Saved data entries
※
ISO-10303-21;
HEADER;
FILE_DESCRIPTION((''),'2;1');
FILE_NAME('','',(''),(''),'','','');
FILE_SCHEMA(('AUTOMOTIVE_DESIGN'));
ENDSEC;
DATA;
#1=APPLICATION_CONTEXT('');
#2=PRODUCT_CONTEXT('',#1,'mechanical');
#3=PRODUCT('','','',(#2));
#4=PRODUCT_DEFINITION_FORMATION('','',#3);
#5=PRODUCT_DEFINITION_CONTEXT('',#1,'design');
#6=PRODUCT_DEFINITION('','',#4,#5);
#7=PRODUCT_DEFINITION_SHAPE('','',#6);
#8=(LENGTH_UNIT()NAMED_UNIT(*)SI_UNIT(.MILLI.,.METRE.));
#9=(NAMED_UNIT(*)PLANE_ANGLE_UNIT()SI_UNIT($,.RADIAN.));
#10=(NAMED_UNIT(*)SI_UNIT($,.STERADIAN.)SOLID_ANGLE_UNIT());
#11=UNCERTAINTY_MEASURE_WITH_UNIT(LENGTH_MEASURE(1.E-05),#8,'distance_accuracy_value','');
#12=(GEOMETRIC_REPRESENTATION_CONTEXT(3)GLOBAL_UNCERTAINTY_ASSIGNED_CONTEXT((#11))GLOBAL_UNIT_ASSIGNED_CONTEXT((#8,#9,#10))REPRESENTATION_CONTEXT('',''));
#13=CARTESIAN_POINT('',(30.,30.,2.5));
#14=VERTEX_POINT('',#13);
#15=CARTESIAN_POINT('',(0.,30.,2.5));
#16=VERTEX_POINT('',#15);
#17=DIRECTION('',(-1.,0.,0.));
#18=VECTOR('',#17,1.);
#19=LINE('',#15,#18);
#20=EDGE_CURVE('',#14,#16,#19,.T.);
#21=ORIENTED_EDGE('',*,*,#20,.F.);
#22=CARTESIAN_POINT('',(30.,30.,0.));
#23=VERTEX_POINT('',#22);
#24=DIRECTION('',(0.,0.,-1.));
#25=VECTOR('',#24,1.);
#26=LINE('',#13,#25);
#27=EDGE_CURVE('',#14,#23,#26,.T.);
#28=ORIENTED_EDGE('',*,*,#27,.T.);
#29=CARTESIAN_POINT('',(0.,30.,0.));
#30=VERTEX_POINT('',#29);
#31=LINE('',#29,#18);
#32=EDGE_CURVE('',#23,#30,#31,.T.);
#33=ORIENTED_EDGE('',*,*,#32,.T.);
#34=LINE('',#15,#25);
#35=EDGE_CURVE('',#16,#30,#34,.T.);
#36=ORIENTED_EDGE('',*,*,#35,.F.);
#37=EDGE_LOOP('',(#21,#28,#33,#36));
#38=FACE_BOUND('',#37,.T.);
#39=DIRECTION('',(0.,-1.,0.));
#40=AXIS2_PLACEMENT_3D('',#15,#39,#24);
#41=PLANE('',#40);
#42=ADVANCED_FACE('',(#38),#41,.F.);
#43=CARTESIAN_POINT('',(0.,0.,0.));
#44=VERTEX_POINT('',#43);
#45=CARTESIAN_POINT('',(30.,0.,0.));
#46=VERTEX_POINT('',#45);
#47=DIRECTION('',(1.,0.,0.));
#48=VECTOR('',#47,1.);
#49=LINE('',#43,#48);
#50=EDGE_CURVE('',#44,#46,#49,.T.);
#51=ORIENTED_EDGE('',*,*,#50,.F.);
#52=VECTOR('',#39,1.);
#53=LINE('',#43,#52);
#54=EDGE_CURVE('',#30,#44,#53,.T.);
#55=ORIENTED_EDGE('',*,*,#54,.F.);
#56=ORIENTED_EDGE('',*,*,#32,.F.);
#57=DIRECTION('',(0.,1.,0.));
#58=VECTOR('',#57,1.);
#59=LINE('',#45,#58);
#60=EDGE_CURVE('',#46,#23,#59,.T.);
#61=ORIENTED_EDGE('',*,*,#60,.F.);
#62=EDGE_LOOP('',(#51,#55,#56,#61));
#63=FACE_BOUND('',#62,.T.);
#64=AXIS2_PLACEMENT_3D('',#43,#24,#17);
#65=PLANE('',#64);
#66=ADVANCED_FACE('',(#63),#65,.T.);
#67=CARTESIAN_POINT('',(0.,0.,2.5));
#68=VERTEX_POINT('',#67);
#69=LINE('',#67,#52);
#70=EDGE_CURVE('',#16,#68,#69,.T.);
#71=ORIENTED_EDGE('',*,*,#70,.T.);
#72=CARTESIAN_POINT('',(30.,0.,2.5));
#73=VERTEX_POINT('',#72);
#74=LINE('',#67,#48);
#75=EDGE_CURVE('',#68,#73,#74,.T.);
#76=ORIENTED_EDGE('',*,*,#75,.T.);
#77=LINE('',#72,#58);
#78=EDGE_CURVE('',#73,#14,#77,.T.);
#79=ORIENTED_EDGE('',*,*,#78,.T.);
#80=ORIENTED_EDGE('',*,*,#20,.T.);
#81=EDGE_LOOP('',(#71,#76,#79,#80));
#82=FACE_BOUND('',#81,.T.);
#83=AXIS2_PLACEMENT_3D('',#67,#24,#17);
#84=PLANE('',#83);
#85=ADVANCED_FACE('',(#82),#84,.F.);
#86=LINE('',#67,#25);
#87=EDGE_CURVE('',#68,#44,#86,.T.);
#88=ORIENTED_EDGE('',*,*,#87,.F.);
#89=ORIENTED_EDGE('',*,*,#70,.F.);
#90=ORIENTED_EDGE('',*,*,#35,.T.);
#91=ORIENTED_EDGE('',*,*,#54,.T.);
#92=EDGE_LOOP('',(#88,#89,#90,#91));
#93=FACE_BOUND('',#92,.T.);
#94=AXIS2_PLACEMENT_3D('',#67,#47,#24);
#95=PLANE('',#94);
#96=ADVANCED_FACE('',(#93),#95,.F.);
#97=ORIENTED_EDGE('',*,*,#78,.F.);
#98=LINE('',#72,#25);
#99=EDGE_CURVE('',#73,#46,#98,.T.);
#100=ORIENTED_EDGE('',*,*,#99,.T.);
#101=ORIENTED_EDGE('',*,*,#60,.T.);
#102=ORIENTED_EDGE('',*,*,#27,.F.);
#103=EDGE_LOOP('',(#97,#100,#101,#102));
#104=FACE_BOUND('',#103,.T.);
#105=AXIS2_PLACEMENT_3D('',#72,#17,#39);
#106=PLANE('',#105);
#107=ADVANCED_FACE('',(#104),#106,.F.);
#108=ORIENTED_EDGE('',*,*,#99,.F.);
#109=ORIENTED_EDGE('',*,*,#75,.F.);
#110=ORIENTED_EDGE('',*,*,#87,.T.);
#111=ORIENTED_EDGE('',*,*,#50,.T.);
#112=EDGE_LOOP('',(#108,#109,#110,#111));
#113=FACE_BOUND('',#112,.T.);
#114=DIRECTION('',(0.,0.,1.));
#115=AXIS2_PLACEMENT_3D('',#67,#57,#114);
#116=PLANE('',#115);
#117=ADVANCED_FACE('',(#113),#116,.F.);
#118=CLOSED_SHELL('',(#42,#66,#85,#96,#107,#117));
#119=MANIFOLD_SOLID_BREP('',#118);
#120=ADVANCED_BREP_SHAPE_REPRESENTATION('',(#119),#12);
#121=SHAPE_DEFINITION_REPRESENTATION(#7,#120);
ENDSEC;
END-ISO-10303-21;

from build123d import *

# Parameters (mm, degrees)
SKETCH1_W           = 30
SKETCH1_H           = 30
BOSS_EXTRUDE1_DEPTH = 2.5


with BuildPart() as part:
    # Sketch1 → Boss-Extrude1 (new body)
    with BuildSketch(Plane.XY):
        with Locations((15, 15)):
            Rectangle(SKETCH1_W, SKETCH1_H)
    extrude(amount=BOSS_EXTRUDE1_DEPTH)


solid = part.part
※
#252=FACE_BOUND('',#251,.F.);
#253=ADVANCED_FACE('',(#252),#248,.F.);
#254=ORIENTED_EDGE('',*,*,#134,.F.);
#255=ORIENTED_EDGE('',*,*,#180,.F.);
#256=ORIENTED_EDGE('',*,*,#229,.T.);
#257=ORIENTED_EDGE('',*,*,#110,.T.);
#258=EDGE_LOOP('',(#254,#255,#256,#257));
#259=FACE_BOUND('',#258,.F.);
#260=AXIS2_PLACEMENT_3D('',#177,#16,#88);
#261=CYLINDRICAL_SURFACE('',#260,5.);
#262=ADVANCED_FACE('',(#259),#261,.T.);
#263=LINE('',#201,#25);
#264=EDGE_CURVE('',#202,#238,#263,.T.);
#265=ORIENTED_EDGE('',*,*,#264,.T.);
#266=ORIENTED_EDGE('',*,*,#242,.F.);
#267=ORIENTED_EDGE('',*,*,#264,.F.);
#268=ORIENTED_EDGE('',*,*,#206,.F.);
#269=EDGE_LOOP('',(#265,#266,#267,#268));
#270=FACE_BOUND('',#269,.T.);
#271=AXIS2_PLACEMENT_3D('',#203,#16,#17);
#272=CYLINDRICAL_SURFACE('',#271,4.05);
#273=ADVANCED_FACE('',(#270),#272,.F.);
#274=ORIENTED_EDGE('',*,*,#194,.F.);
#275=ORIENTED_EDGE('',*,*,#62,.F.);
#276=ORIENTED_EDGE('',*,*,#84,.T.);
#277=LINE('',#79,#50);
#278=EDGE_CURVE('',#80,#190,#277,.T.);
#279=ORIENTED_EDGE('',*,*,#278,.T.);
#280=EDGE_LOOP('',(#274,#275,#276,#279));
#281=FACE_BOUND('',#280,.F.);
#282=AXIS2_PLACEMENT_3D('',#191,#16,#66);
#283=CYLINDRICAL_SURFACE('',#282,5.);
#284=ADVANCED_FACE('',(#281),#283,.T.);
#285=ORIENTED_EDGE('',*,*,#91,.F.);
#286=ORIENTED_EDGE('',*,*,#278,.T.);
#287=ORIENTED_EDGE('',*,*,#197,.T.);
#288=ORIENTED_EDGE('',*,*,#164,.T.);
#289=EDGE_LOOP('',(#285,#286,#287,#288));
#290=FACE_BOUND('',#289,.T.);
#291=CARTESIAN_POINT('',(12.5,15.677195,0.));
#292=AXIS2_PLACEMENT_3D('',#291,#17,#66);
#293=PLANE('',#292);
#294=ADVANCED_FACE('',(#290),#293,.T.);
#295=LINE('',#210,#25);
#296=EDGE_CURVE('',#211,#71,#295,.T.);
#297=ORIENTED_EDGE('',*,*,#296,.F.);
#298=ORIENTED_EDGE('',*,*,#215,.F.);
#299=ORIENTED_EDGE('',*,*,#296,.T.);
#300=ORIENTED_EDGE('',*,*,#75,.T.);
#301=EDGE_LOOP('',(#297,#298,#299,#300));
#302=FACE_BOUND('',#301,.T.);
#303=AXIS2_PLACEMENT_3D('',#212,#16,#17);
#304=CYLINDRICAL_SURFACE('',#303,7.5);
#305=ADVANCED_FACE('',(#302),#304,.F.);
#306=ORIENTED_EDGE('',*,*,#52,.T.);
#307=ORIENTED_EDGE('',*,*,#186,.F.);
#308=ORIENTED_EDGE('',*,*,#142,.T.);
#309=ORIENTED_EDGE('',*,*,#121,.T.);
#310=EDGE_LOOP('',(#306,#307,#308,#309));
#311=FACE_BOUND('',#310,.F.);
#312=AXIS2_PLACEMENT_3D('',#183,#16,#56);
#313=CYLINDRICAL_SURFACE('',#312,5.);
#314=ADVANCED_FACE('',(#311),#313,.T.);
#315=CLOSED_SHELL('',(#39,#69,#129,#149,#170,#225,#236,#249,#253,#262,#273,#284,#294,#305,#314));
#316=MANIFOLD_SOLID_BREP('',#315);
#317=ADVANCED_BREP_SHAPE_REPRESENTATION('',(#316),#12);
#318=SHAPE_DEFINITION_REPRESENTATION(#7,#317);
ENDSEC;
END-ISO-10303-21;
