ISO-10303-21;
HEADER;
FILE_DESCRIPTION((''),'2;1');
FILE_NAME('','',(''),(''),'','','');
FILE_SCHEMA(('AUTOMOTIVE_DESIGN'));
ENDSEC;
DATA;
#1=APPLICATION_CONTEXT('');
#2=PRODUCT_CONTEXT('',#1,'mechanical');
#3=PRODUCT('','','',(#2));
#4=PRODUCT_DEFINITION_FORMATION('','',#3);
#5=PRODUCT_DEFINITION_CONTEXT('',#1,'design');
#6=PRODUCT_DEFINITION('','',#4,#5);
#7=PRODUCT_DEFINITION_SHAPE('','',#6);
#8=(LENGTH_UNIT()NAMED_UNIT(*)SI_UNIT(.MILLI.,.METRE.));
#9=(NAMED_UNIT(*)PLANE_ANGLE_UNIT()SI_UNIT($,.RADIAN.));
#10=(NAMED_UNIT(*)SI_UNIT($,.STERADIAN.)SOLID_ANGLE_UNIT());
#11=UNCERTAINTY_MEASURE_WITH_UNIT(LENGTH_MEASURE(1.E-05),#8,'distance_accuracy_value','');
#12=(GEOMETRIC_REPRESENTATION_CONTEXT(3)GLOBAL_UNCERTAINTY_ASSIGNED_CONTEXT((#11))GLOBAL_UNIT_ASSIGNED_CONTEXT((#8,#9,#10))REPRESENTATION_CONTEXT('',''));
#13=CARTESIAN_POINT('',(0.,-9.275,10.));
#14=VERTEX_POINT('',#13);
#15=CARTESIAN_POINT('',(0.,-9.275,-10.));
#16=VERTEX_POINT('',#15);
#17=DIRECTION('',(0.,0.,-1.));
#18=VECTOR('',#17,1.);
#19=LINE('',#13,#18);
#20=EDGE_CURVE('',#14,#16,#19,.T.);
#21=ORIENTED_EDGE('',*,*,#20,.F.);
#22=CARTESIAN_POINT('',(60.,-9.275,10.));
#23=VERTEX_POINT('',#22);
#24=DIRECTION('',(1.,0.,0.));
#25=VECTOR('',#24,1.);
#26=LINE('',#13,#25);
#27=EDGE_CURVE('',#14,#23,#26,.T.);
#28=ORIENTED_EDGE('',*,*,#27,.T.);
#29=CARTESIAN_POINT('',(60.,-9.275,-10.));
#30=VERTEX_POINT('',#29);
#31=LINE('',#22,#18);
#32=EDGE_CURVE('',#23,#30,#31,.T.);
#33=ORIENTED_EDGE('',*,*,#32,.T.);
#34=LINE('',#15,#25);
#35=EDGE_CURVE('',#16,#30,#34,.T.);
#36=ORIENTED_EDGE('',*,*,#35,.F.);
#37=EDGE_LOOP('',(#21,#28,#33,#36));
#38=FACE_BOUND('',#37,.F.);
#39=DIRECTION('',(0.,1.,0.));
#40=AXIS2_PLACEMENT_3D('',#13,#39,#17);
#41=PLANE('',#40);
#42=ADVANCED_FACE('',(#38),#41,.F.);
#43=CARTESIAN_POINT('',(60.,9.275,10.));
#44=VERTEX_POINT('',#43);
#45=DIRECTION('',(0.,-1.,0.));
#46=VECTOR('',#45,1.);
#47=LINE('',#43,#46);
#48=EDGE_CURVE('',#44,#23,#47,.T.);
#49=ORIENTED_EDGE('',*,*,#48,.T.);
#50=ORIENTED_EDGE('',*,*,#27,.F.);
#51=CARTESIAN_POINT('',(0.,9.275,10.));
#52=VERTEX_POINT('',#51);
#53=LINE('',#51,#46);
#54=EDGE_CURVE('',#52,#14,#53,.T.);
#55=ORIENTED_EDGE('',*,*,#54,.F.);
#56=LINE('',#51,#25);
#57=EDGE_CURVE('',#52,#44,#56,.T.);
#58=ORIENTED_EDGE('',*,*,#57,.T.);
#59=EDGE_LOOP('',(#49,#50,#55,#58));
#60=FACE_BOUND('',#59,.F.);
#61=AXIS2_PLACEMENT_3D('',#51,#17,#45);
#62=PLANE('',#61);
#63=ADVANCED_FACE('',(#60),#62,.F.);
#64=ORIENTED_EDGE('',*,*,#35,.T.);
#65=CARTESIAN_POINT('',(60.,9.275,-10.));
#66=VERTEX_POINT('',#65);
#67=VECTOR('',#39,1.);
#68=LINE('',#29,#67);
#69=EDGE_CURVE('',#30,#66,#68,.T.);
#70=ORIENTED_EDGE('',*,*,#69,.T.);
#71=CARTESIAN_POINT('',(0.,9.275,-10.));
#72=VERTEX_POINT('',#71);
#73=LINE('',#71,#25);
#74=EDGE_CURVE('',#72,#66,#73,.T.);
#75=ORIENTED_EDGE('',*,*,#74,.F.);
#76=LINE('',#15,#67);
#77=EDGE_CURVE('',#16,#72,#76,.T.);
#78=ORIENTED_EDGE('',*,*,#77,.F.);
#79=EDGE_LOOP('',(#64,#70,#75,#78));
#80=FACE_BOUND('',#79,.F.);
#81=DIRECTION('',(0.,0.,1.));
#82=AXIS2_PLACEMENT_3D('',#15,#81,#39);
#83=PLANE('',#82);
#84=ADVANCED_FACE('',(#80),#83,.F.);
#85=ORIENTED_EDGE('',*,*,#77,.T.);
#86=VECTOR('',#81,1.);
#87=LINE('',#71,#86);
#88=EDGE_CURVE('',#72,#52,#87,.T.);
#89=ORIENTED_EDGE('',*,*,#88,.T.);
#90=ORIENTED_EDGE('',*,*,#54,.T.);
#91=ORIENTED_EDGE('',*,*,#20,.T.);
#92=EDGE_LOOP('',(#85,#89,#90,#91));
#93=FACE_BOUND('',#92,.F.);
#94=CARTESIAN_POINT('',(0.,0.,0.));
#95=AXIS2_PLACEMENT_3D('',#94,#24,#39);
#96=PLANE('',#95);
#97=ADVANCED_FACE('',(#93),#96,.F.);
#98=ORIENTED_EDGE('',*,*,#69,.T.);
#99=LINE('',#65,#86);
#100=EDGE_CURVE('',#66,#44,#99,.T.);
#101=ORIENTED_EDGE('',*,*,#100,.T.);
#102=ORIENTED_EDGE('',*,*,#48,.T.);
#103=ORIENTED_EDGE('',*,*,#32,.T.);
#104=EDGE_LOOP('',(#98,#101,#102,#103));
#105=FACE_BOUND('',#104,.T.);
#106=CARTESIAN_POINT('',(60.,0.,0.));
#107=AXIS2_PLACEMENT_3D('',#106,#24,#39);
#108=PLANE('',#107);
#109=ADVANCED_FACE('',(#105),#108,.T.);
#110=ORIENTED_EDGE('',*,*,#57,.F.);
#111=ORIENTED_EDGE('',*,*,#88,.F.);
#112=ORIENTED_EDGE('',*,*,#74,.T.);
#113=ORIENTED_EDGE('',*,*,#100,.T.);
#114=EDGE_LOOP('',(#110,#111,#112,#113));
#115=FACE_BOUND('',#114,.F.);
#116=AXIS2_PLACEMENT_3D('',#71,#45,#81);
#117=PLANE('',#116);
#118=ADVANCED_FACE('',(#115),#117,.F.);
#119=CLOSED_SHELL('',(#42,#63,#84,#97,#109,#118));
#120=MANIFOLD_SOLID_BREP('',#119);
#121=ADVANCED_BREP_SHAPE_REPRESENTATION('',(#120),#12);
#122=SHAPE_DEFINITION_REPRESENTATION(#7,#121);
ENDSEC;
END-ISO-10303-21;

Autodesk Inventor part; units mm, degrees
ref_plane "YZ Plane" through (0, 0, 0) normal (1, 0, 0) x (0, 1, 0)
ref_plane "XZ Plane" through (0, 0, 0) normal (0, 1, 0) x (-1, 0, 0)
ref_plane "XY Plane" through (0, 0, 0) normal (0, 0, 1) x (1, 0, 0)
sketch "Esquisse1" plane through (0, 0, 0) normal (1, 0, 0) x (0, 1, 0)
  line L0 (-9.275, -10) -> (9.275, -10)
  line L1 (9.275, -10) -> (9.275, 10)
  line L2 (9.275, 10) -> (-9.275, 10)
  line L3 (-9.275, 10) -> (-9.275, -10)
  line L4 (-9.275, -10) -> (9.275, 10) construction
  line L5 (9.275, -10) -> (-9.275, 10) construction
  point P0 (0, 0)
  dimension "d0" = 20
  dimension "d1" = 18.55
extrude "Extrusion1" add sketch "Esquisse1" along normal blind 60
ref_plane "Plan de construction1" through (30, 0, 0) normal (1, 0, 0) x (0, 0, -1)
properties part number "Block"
※
EXERCISE PROMPT: Starting with the line that holds "#58=VECTOR('',#57,1.);" and ending with the line that holds "#107=ADVANCED_FACE('',(#104),#106,.F.);", retype every line in the data above exactly, and nothing else.

EXERCISE RESULT:
#58=VECTOR('',#57,1.);
#59=LINE('',#45,#58);
#60=EDGE_CURVE('',#46,#23,#59,.T.);
#61=ORIENTED_EDGE('',*,*,#60,.F.);
#62=EDGE_LOOP('',(#51,#55,#56,#61));
#63=FACE_BOUND('',#62,.T.);
#64=AXIS2_PLACEMENT_3D('',#43,#24,#17);
#65=PLANE('',#64);
#66=ADVANCED_FACE('',(#63),#65,.T.);
#67=CARTESIAN_POINT('',(0.,0.,2.5));
#68=VERTEX_POINT('',#67);
#69=LINE('',#67,#52);
#70=EDGE_CURVE('',#16,#68,#69,.T.);
#71=ORIENTED_EDGE('',*,*,#70,.T.);
#72=CARTESIAN_POINT('',(30.,0.,2.5));
#73=VERTEX_POINT('',#72);
#74=LINE('',#67,#48);
#75=EDGE_CURVE('',#68,#73,#74,.T.);
#76=ORIENTED_EDGE('',*,*,#75,.T.);
#77=LINE('',#72,#58);
#78=EDGE_CURVE('',#73,#14,#77,.T.);
#79=ORIENTED_EDGE('',*,*,#78,.T.);
#80=ORIENTED_EDGE('',*,*,#20,.T.);
#81=EDGE_LOOP('',(#71,#76,#79,#80));
#82=FACE_BOUND('',#81,.T.);
#83=AXIS2_PLACEMENT_3D('',#67,#24,#17);
#84=PLANE('',#83);
#85=ADVANCED_FACE('',(#82),#84,.F.);
#86=LINE('',#67,#25);
#87=EDGE_CURVE('',#68,#44,#86,.T.);
#88=ORIENTED_EDGE('',*,*,#87,.F.);
#89=ORIENTED_EDGE('',*,*,#70,.F.);
#90=ORIENTED_EDGE('',*,*,#35,.T.);
#91=ORIENTED_EDGE('',*,*,#54,.T.);
#92=EDGE_LOOP('',(#88,#89,#90,#91));
#93=FACE_BOUND('',#92,.T.);
#94=AXIS2_PLACEMENT_3D('',#67,#47,#24);
#95=PLANE('',#94);
#96=ADVANCED_FACE('',(#93),#95,.F.);
#97=ORIENTED_EDGE('',*,*,#78,.F.);
#98=LINE('',#72,#25);
#99=EDGE_CURVE('',#73,#46,#98,.T.);
#100=ORIENTED_EDGE('',*,*,#99,.T.);
#101=ORIENTED_EDGE('',*,*,#60,.T.);
#102=ORIENTED_EDGE('',*,*,#27,.F.);
#103=EDGE_LOOP('',(#97,#100,#101,#102));
#104=FACE_BOUND('',#103,.T.);
#105=AXIS2_PLACEMENT_3D('',#72,#17,#39);
#106=PLANE('',#105);
#107=ADVANCED_FACE('',(#104),#106,.F.);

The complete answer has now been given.